# Boost Gauges for 1.8t Beetle



## Turbo99jetta (Apr 10, 2003)

Hey im gonna be putting a boost gauge into my new beetle, i was just wondering if anyone had pics of where in the car they had put the gauge.. I have seen a lot of people put them in the center of there dash or on the driver side door pillars.. Im thinking about putting mine right on top of where the air vent is on the driver side closest to the door. any other ideas? or pics of where u have put yours? thanks!!! :


----------



## NEU-BUG (Aug 18, 2002)

*Re: Boost Gauges for 1.8t Beetle (Turbo99jetta)*

i dunno about just one gauge, but the 3 pod seems to be the most popular. either autometer (people say it warps in the sun) or bernt (expensive but good fiberglass).


----------



## Turbo99jetta (Apr 10, 2003)

*Re: Boost Gauges for 1.8t Beetle (NEU-BUG)*

lol hey look at that its stitch lol, yea i have seen the 3 pods for the pillars and stuff but im still trying more ideas, i dont know what i would all put if i had the 3 pod.. Boost, oil temp and i have no idea what else lol!!!


----------



## NEU-BUG (Aug 18, 2002)

*Re: Boost Gauges for 1.8t Beetle (Turbo99jetta)*

Air Fuel







or volt meter .. something to fill the gap.


----------



## Turbo99jetta (Apr 10, 2003)

*Re: Boost Gauges for 1.8t Beetle (NEU-BUG)*

yeah, i doono like i want to put a 3 pod across the pillar of the door, but i have such bad blind spots anyways, im unsure if thats where i want to...


----------



## MeetleBan (Jul 29, 2001)

AutoMeter electronic Cobalt gauge here.. In a simple pod.


----------



## Turbo99jetta (Apr 10, 2003)

*Re: Boost Gauges for 1.8t Beetle (MeetleBan)*

I like that one.. AHHH its hard to look at lol your cars on the WRONG SIDE!!! lol


----------



## MeetleBan (Jul 29, 2001)

*Re: Boost Gauges for 1.8t Beetle (Turbo99jetta)*

quote:[HR][/HR]I like that one.. AHHH its hard to look at lol your cars on the WRONG SIDE!!! lol







[HR][/HR]​No no.. I think you will find that the steering wheel is on the RIGHT side


----------



## Iago (Mar 11, 2002)

*Re: Boost Gauges for 1.8t Beetle (MeetleBan)*

Photoshop -> Tools -> Rotate -> Flip Image Horizontally
Ahhh....all better.


----------



## Mr TT (Jun 25, 2001)

*Re: Boost Gauges for 1.8t Beetle (Turbo99jetta)*

Funny you should mention. I also don't like the 3-gauge pod. It's too visible.. would attract unwanted attention.
I have been thinking about getting an OEM Subaru WRX boost pod and mounting it somewhere else. It's only 40mm.. so it'll fit in smaller places.

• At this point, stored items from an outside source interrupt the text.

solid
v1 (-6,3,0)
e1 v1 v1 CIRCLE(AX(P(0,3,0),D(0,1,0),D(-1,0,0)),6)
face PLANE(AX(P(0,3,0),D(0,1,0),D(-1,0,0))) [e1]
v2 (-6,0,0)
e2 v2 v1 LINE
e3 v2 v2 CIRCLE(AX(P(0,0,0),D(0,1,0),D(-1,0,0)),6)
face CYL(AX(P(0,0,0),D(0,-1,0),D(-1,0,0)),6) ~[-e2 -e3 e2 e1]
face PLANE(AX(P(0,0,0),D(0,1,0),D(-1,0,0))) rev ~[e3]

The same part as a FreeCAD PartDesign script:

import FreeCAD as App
import Part
import Sketcher
from FreeCAD import Vector

doc = App.newDocument("Part")
body = doc.addObject("PartDesign::Body", "Body")

# Sketch on XZ plane
sketch1 = body.newObject("Sketcher::SketchObject", "Sketch")
sketch1.AttachmentSupport = (doc.getObject("XZ_Plane"), [""])
sketch1.MapMode = "FlatFace"
sketch1.addGeometry(Part.Circle(Vector(0, 0, 0), Vector(0, 0, 1), 6), False)
sketch1.addConstraint([
    Sketcher.Constraint("Coincident", 0, 3, -1, 1),
    Sketcher.Constraint("Diameter", 0, 12.0),
])
pad1 = body.newObject("PartDesign::Pad", "Pad")
pad1.Profile = sketch1
pad1.Length = 3
pad1.Reversed = True

doc.recompute()
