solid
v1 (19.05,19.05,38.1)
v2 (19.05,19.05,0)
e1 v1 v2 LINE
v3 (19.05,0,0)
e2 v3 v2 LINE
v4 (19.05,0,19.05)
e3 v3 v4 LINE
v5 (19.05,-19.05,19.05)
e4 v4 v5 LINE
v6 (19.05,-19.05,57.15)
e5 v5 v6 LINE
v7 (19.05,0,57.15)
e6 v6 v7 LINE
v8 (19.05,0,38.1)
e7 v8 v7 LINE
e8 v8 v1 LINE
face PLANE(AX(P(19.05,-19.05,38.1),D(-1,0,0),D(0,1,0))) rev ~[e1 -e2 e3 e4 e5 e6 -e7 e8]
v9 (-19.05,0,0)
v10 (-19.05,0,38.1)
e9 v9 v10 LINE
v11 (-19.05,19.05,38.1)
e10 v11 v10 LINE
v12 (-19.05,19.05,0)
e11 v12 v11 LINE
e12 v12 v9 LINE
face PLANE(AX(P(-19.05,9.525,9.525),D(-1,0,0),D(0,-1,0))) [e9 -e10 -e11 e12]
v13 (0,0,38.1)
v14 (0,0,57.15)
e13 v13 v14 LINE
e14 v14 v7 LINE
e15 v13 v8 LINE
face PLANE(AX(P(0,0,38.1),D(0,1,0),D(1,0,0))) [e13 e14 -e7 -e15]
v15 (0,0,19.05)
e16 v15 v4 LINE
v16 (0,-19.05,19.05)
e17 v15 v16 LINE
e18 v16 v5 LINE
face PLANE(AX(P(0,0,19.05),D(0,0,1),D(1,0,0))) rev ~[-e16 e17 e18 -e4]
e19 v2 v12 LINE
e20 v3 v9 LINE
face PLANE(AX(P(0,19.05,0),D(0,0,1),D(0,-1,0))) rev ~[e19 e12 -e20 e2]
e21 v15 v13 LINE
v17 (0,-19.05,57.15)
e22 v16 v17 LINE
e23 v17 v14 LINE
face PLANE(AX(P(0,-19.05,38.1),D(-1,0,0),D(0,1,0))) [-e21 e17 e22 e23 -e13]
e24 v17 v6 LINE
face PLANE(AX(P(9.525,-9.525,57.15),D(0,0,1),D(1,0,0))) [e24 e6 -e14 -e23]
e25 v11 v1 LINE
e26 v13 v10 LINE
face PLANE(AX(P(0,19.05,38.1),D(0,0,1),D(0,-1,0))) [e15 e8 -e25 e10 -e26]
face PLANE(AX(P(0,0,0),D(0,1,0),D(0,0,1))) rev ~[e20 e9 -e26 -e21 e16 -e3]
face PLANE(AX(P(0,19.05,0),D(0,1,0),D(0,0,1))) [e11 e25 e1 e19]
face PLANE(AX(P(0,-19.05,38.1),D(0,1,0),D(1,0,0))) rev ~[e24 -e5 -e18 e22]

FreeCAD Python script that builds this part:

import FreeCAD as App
import Part
import Sketcher

V = App.Vector
Q = App.Units.Quantity


def add_polygon(sketch, points):
    """Adds a closed chain of lines whose ends are joined by coincident constraints."""
    first, n = sketch.GeometryCount, len(points)
    for a, b in zip(points, points[1:] + points[:1]):
        sketch.addGeometry(Part.LineSegment(App.Vector(*a, 0), App.Vector(*b, 0)), False)
    for i in range(n):
        sketch.addConstraint(Sketcher.Constraint("Coincident", first + i, 2, first + (i + 1) % n, 1))

doc = App.newDocument("Part")
body = doc.addObject("PartDesign::Body", "Body")

# Sketch on XY plane
sketch1 = body.newObject("Sketcher::SketchObject", "Sketch")
sketch1.AttachmentSupport = (doc.getObject("XY_Plane"), [""])
sketch1.MapMode = "FlatFace"
add_polygon(sketch1, [(0, 19.05), (0, 0), (19.05, 0), (19.05, 19.05)])  # lines 0-3
sketch1.addConstraint(Sketcher.Constraint("Vertical", 0))
sketch1.addConstraint(Sketcher.Constraint("Horizontal", 1))
sketch1.addConstraint(Sketcher.Constraint("Vertical", 2))
sketch1.addConstraint(Sketcher.Constraint("Horizontal", 3))
sketch1.addConstraint(Sketcher.Constraint("Coincident", 0, 2, -1, 1))
sketch1.addConstraint(Sketcher.Constraint("Equal", 3, 0))
sketch1.addConstraint(Sketcher.Constraint("DistanceX", 1, 1, 1, 2, Q("0.75 in")))
pad1 = body.newObject("PartDesign::Pad", "Pad")
pad1.Profile = sketch1
pad1.Length = Q("0.75 in")

# Sketch on XY plane
sketch2 = body.newObject("Sketcher::SketchObject", "Sketch001")
sketch2.AttachmentSupport = (doc.getObject("XY_Plane"), [""])
sketch2.MapMode = "FlatFace"
sketch2.AttachmentOffset = App.Placement(V(0, 0, 0.75 * 25.4), App.Rotation())
add_polygon(sketch2, [(0, 19.05), (0, 0), (19.05, 0), (19.05, 19.05)])  # lines 0-3
sketch2.addConstraint(Sketcher.Constraint("Vertical", 0))
sketch2.addConstraint(Sketcher.Constraint("Horizontal", 1))
sketch2.addConstraint(Sketcher.Constraint("Vertical", 2))
sketch2.addConstraint(Sketcher.Constraint("Horizontal", 3))
sketch2.addConstraint(Sketcher.Constraint("Coincident", 0, 2, -1, 1))
sketch2.addConstraint(Sketcher.Constraint("Equal", 3, 0))
sketch2.addConstraint(Sketcher.Constraint("DistanceX", 1, 1, 1, 2, Q("0.75 in")))
pad2 = body.newObject("PartDesign::Pad", "Pad001")
pad2.Profile = sketch2
pad2.Length = Q("0.75 in")

# Sketch on XZ plane
sketch3 = body.newObject("Sketcher::SketchObject", "Sketch002")
sketch3.AttachmentSupport = (doc.getObject("XZ_Plane"), [""])
sketch3.MapMode = "FlatFace"
add_polygon(sketch3, [(0, 38.1), (0, 19.05), (19.05, 19.05), (19.05, 38.1)])  # lines 0-3
sketch3.addConstraint(Sketcher.Constraint("Vertical", 0))
sketch3.addConstraint(Sketcher.Constraint("Horizontal", 1))
sketch3.addConstraint(Sketcher.Constraint("Vertical", 2))
sketch3.addConstraint(Sketcher.Constraint("Horizontal", 3))
sketch3.addConstraint(Sketcher.Constraint("PointOnObject", 0, 2, -2))
sketch3.addConstraint(Sketcher.Constraint("Equal", 3, 0))
sketch3.addConstraint(Sketcher.Constraint("DistanceX", 1, 1, 1, 2, Q("0.75 in")))
sketch3.addConstraint(Sketcher.Constraint("DistanceY", -1, 1, 2, 2, Q("1.5 in")))
pad3 = body.newObject("PartDesign::Pad", "Pad002")
pad3.Profile = sketch3
pad3.Length = Q("0.75 in")

# Sketch on YZ plane
sketch4 = body.newObject("Sketcher::SketchObject", "Sketch003")
sketch4.AttachmentSupport = (doc.getObject("YZ_Plane"), [""])
sketch4.MapMode = "FlatFace"
add_polygon(sketch4, [(19.05, 38.1), (19.05, 19.05), (0, 19.05), (0, 38.1)])  # lines 0-3
sketch4.addConstraint(Sketcher.Constraint("Vertical", 0))
sketch4.addConstraint(Sketcher.Constraint("Horizontal", 1))
sketch4.addConstraint(Sketcher.Constraint("Vertical", 2))
sketch4.addConstraint(Sketcher.Constraint("Horizontal", 3))
sketch4.addConstraint(Sketcher.Constraint("PointOnObject", 1, 2, -2))
sketch4.addConstraint(Sketcher.Constraint("Equal", 3, 0))
sketch4.addConstraint(Sketcher.Constraint("DistanceX", 1, 2, 1, 1, Q("0.75 in")))
sketch4.addConstraint(Sketcher.Constraint("DistanceY", -1, 1, 2, 2, Q("1.5 in")))
pad4 = body.newObject("PartDesign::Pad", "Pad003")
pad4.Profile = sketch4
pad4.Length = Q("0.75 in")
pad4.Reversed = True

# Sketch on YZ plane
sketch5 = body.newObject("Sketcher::SketchObject", "Sketch004")
sketch5.AttachmentSupport = (doc.getObject("YZ_Plane"), [""])
sketch5.MapMode = "FlatFace"
add_polygon(sketch5, [(19.05, 19.05), (19.05, 0), (0, 0), (0, 19.05)])  # lines 0-3
sketch5.addConstraint(Sketcher.Constraint("Vertical", 0))
sketch5.addConstraint(Sketcher.Constraint("Horizontal", 1))
sketch5.addConstraint(Sketcher.Constraint("Vertical", 2))
sketch5.addConstraint(Sketcher.Constraint("Horizontal", 3))
sketch5.addConstraint(Sketcher.Constraint("Coincident", 1, 2, -1, 1))
sketch5.addConstraint(Sketcher.Constraint("Equal", 3, 0))
sketch5.addConstraint(Sketcher.Constraint("DistanceX", 1, 2, 1, 1, Q("0.75 in")))
pad5 = body.newObject("PartDesign::Pad", "Pad004")
pad5.Profile = sketch5
pad5.Length = Q("0.75 in")
pad5.Reversed = True

# Sketch on XY plane
sketch6 = body.newObject("Sketcher::SketchObject", "Sketch005")
sketch6.AttachmentSupport = (doc.getObject("XY_Plane"), [""])
sketch6.MapMode = "FlatFace"
sketch6.AttachmentOffset = App.Placement(V(0, 0, 1.5 * 25.4), App.Rotation())
add_polygon(sketch6, [(0, 0), (0, -19.05), (19.05, -19.05), (19.05, 0)])  # lines 0-3
sketch6.addConstraint(Sketcher.Constraint("Vertical", 0))
sketch6.addConstraint(Sketcher.Constraint("Horizontal", 1))
sketch6.addConstraint(Sketcher.Constraint("Vertical", 2))
sketch6.addConstraint(Sketcher.Constraint("Horizontal", 3))
sketch6.addConstraint(Sketcher.Constraint("Coincident", 3, 2, -1, 1))
sketch6.addConstraint(Sketcher.Constraint("Equal", 3, 0))
sketch6.addConstraint(Sketcher.Constraint("DistanceX", 1, 1, 1, 2, Q("0.75 in")))
pad6 = body.newObject("PartDesign::Pad", "Pad005")
pad6.Profile = sketch6
pad6.Length = Q("0.75 in")

doc.recompute()
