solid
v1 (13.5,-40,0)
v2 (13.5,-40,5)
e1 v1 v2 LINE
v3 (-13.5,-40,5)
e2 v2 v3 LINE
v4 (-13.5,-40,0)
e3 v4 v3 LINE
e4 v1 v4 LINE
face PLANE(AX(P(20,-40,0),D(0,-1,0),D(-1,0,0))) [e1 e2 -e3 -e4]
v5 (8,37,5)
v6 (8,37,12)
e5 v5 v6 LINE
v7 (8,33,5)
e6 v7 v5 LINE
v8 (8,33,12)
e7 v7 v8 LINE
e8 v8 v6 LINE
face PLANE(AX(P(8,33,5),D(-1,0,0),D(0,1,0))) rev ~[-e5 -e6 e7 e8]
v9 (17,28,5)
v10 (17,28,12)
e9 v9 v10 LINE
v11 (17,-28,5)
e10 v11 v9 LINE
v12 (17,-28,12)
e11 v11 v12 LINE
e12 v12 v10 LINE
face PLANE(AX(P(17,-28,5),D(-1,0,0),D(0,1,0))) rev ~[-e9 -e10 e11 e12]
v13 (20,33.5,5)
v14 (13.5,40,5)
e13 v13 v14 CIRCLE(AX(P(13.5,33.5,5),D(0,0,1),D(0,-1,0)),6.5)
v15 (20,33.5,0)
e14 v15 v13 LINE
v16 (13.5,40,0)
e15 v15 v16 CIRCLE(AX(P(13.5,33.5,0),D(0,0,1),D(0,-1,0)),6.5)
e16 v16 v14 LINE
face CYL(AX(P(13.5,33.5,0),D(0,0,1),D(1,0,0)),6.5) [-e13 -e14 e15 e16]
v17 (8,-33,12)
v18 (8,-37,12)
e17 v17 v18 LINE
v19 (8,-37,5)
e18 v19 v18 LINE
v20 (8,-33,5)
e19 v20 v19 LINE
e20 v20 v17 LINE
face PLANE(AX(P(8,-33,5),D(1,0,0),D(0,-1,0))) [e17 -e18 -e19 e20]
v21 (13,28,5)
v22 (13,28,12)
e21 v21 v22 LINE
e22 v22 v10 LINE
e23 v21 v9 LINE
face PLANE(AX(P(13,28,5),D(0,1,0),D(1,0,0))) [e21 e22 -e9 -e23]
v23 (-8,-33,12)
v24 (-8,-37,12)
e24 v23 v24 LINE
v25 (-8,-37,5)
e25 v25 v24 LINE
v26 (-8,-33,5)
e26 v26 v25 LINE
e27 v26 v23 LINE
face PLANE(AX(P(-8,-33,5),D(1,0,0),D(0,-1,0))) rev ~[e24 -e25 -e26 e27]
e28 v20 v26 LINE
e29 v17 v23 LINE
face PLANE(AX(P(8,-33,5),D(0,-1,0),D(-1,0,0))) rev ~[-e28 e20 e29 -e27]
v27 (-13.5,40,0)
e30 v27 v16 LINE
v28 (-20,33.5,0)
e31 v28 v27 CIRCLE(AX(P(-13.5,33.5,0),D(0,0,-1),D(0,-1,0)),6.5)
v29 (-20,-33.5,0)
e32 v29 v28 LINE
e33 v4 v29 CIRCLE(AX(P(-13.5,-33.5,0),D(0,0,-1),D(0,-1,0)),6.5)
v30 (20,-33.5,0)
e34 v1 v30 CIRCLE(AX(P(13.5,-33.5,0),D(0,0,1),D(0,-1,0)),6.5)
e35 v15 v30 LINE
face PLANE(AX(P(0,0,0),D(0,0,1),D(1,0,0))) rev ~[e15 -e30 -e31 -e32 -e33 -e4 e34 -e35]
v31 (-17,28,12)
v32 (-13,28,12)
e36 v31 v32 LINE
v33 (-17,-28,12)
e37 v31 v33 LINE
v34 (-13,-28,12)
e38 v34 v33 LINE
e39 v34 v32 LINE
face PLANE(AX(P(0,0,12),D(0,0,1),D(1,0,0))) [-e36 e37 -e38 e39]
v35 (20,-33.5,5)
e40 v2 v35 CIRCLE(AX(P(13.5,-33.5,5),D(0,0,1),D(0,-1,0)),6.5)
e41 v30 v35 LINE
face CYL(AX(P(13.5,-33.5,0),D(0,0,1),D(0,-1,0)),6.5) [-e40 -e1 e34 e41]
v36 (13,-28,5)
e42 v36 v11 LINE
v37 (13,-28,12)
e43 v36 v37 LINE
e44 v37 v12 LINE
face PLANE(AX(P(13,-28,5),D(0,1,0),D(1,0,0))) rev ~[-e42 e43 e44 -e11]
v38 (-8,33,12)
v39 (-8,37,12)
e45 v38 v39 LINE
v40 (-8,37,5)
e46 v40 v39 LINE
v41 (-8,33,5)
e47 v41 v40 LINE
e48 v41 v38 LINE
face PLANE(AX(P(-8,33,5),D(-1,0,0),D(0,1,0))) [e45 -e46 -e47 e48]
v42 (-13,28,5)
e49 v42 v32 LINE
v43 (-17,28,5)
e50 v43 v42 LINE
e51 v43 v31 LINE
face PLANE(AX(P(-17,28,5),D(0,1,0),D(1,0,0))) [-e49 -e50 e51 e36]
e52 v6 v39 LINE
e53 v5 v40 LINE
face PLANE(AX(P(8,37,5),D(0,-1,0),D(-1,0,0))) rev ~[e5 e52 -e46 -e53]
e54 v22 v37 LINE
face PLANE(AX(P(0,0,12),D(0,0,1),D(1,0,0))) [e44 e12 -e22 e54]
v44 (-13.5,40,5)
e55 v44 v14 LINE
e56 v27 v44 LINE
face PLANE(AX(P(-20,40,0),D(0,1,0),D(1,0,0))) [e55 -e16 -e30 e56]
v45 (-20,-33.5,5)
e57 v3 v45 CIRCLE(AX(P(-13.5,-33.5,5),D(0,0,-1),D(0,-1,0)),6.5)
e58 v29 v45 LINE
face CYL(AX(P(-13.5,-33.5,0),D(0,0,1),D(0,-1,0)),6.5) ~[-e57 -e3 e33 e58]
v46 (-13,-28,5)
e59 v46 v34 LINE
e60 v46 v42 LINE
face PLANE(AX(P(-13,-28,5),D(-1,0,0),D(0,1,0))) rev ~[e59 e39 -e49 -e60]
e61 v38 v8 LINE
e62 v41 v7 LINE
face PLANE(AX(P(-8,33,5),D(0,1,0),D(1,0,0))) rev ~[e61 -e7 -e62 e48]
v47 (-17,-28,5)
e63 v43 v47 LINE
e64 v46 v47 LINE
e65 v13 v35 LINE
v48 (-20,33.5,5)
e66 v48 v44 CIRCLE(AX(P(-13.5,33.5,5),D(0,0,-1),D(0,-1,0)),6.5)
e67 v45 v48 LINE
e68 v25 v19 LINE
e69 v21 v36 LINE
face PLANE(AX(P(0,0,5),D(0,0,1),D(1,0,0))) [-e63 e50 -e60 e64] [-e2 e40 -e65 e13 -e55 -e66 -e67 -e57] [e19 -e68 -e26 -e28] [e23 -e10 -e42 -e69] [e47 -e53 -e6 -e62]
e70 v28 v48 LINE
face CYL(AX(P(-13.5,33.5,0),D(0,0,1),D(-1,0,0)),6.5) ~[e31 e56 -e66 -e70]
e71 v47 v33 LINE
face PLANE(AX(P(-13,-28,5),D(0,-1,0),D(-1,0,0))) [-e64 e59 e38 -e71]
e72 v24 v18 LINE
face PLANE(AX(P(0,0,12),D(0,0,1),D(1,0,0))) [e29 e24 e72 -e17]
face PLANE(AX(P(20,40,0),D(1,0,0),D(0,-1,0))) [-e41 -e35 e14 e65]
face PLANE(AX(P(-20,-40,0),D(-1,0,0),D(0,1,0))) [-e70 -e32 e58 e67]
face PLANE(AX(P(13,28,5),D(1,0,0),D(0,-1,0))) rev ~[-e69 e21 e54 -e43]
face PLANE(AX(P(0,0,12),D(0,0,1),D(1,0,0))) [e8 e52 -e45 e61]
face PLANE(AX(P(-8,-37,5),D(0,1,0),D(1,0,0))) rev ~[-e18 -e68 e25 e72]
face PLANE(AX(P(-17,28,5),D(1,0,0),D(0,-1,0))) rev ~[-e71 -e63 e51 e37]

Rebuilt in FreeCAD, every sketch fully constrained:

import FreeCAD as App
import Part
import Sketcher

V = App.Vector
Q = App.Units.Quantity


def edges_at(feature, points):
    """Names of the edges that pass closest to the given points."""
    edges = feature.Shape.Edges
    near = lambda p: min(range(len(edges)), key=lambda i: edges[i].distToShape(Part.Vertex(*p))[0])
    return sorted({f"Edge{near(p) + 1}" for p in points})

doc = App.newDocument("Part")
body = doc.addObject("PartDesign::Body", "Body")

sketch1 = body.newObject("Sketcher::SketchObject", "Sketch")
sketch1.AttachmentSupport = (doc.getObject("XY_Plane"), [""])
sketch1.MapMode = "FlatFace"
sketch1.addGeometry([
    Part.LineSegment(V(-20, -40, 0), V(20, -40, 0)),
    Part.LineSegment(V(20, -40, 0), V(20, 40, 0)),
    Part.LineSegment(V(20, 40, 0), V(-20, 40, 0)),
    Part.LineSegment(V(-20, 40, 0), V(-20, -40, 0)),
], False)
sketch1.addConstraint([
    Sketcher.Constraint("Coincident", 0, 2, 1, 1),
    Sketcher.Constraint("Coincident", 1, 2, 2, 1),
    Sketcher.Constraint("Coincident", 2, 2, 3, 1),
    Sketcher.Constraint("Coincident", 3, 2, 0, 1),
    Sketcher.Constraint("Horizontal", 0),
    Sketcher.Constraint("Vertical", 1),
    Sketcher.Constraint("Horizontal", 2),
    Sketcher.Constraint("Vertical", 3),
    Sketcher.Constraint("Symmetric", 0, 2, 2, 2, -1, 1),
    Sketcher.Constraint("DistanceX", 0, 1, 0, 2, Q("40 mm")),
    Sketcher.Constraint("DistanceY", 1, 1, 1, 2, Q("80 mm")),
])
pad1 = body.newObject("PartDesign::Pad", "Pad")
pad1.Profile = sketch1
pad1.Length = 5

sketch2 = body.newObject("Sketcher::SketchObject", "Sketch001")
sketch2.AttachmentSupport = (doc.getObject("XY_Plane"), [""])
sketch2.MapMode = "FlatFace"
sketch2.AttachmentOffset = App.Placement(V(0, 0, 5), App.Rotation())
sketch2.addGeometry([
    Part.LineSegment(V(8, 33, 0), V(8, 37, 0)),
    Part.LineSegment(V(8, 37, 0), V(-8, 37, 0)),
    Part.LineSegment(V(-8, 37, 0), V(-8, 33, 0)),
    Part.LineSegment(V(-8, 33, 0), V(8, 33, 0)),
    Part.LineSegment(V(17, -28, 0), V(17, 28, 0)),
    Part.LineSegment(V(17, 28, 0), V(13, 28, 0)),
    Part.LineSegment(V(13, 28, 0), V(13, -28, 0)),
    Part.LineSegment(V(13, -28, 0), V(17, -28, 0)),
    Part.LineSegment(V(-13, 28, 0), V(-17, 28, 0)),
    Part.LineSegment(V(-17, 28, 0), V(-17, -28, 0)),
    Part.LineSegment(V(-17, -28, 0), V(-13, -28, 0)),
    Part.LineSegment(V(-13, -28, 0), V(-13, 28, 0)),
    Part.LineSegment(V(-8, -37, 0), V(8, -37, 0)),
    Part.LineSegment(V(8, -37, 0), V(8, -33, 0)),
    Part.LineSegment(V(8, -33, 0), V(-8, -33, 0)),
    Part.LineSegment(V(-8, -33, 0), V(-8, -37, 0)),
], False)
sketch2.addConstraint([
    Sketcher.Constraint("Coincident", 0, 2, 1, 1),
    Sketcher.Constraint("Coincident", 1, 2, 2, 1),
    Sketcher.Constraint("Coincident", 2, 2, 3, 1),
    Sketcher.Constraint("Coincident", 3, 2, 0, 1),
    Sketcher.Constraint("Coincident", 4, 2, 5, 1),
    Sketcher.Constraint("Coincident", 5, 2, 6, 1),
    Sketcher.Constraint("Coincident", 6, 2, 7, 1),
    Sketcher.Constraint("Coincident", 7, 2, 4, 1),
    Sketcher.Constraint("Coincident", 8, 2, 9, 1),
    Sketcher.Constraint("Coincident", 9, 2, 10, 1),
    Sketcher.Constraint("Coincident", 10, 2, 11, 1),
    Sketcher.Constraint("Coincident", 11, 2, 8, 1),
    Sketcher.Constraint("Coincident", 12, 2, 13, 1),
    Sketcher.Constraint("Coincident", 13, 2, 14, 1),
    Sketcher.Constraint("Coincident", 14, 2, 15, 1),
    Sketcher.Constraint("Coincident", 15, 2, 12, 1),
    Sketcher.Constraint("Vertical", 0),
    Sketcher.Constraint("Horizontal", 1),
    Sketcher.Constraint("Vertical", 2),
    Sketcher.Constraint("Horizontal", 3),
    Sketcher.Constraint("Vertical", 4),
    Sketcher.Constraint("Horizontal", 5),
    Sketcher.Constraint("Vertical", 6),
    Sketcher.Constraint("Horizontal", 7),
    Sketcher.Constraint("Horizontal", 8),
    Sketcher.Constraint("Vertical", 9),
    Sketcher.Constraint("Horizontal", 10),
    Sketcher.Constraint("Vertical", 11),
    Sketcher.Constraint("Horizontal", 12),
    Sketcher.Constraint("Vertical", 13),
    Sketcher.Constraint("Horizontal", 14),
    Sketcher.Constraint("Vertical", 15),
    Sketcher.Constraint("Symmetric", 7, 2, 8, 2, -1, 1),
    Sketcher.Constraint("Symmetric", 5, 2, 10, 2, -1, 1),
    Sketcher.Constraint("Symmetric", 1, 2, 12, 2, -1, 1),
    Sketcher.Constraint("Symmetric", 3, 2, 14, 2, -1, 1),
    Sketcher.Constraint("Horizontal", 5, 2, 8, 2),
    Sketcher.Constraint("Vertical", 3, 2, 12, 2),
    Sketcher.Constraint("Equal", 10, 0),
    Sketcher.Constraint("DistanceX", 5, 2, 5, 1, Q("4 mm")),
    Sketcher.Constraint("DistanceY", 4, 2, 3, 2, Q("5 mm")),
    Sketcher.Constraint("DistanceX", 3, 2, 5, 2, Q("5 mm")),
    Sketcher.Constraint("DistanceX", 1, 2, 1, 1, Q("16 mm")),
    Sketcher.Constraint("DistanceY", 4, 1, 4, 2, Q("56 mm")),
])
pad2 = body.newObject("PartDesign::Pad", "Pad001")
pad2.Profile = sketch2
pad2.Length = 7
doc.recompute()

fillet = body.newObject("PartDesign::Fillet", "Fillet")
fillet.Base = (pad2, edges_at(pad2, [
    (20, 40, 2.5),
    (-20, 40, 2.5),
    (20, -40, 2.5),
    (-20, -40, 2.5),
]))
fillet.Radius = 6.5

doc.recompute()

Was thinking of mounting it in the same location. Not as "Fast & Furious" as the others. Plus I have no use for further instrumentation than the boost. Why spend $100 more to know what your exhaust temp is? It's DAMN hot.. I know that much.


----------



## Turbo99jetta (Apr 10, 2003)

*Re: Boost Gauges for 1.8t Beetle (Plucker)*

quote:[HR][/HR]
Was thinking of mounting it in the same location. Not as "Fast & Furious" as the others. Plus I have no use for further instrumentation than the boost. Why spend $100 more to know what your exhaust temp is? It's DAMN hot.. I know that much.







[HR][/HR]​ lol thats great.. its sooo true though..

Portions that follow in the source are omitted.